- Commercial CD Single, UK

Single by The Tea Party

from the album Splendor Solis
- A-side: "The River (radio edit)", "The River (album)", "Winter Solstice"
- B-side: "Watching What the Rain Blows In"
- Released: 1993
- Recorded: White Crow Audio (Burlington, Vermont)
- Length: 5:42
- Label: Chrysalis/EMI
- Songwriter(s): The Tea Party
- Producer(s): Jeff Martin

The Tea Party singles chronology
|  | "The River" (1993) | "Save Me" (1993) |

= The River (The Tea Party song) =

"The River" is the debut single by Canadian rock band the Tea Party.
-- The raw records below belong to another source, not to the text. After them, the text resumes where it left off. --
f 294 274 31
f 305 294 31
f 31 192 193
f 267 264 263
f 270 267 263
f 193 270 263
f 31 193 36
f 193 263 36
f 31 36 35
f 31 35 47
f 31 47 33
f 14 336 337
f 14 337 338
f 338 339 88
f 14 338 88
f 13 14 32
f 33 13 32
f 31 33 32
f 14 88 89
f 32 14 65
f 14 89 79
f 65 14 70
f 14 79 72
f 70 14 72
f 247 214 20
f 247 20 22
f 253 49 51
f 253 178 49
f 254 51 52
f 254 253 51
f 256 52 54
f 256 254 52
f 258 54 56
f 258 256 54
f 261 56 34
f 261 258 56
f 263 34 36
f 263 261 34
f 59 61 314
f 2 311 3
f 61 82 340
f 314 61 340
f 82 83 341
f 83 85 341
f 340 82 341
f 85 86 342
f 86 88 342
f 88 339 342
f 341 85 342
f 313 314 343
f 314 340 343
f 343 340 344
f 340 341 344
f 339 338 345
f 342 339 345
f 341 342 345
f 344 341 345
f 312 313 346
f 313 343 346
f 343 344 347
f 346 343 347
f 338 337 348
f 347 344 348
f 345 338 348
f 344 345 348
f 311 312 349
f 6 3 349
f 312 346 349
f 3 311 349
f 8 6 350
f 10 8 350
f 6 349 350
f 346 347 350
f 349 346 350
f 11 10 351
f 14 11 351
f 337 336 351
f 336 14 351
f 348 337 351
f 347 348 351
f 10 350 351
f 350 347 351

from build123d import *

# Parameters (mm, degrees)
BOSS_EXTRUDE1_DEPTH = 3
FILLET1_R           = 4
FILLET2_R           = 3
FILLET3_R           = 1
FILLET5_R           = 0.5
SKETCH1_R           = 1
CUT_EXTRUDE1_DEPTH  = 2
It was released as a single in Australia and the UK, where it reached No. 79 on the UK Singles Chart, No. 99 in Australia, and was a promotional single in Canada and the US.

The music video was shot in Toronto, directed by Floria Sigismondi and features a cameo by Roy Harper. The video also features footage of the Old Mill event venue in Toronto.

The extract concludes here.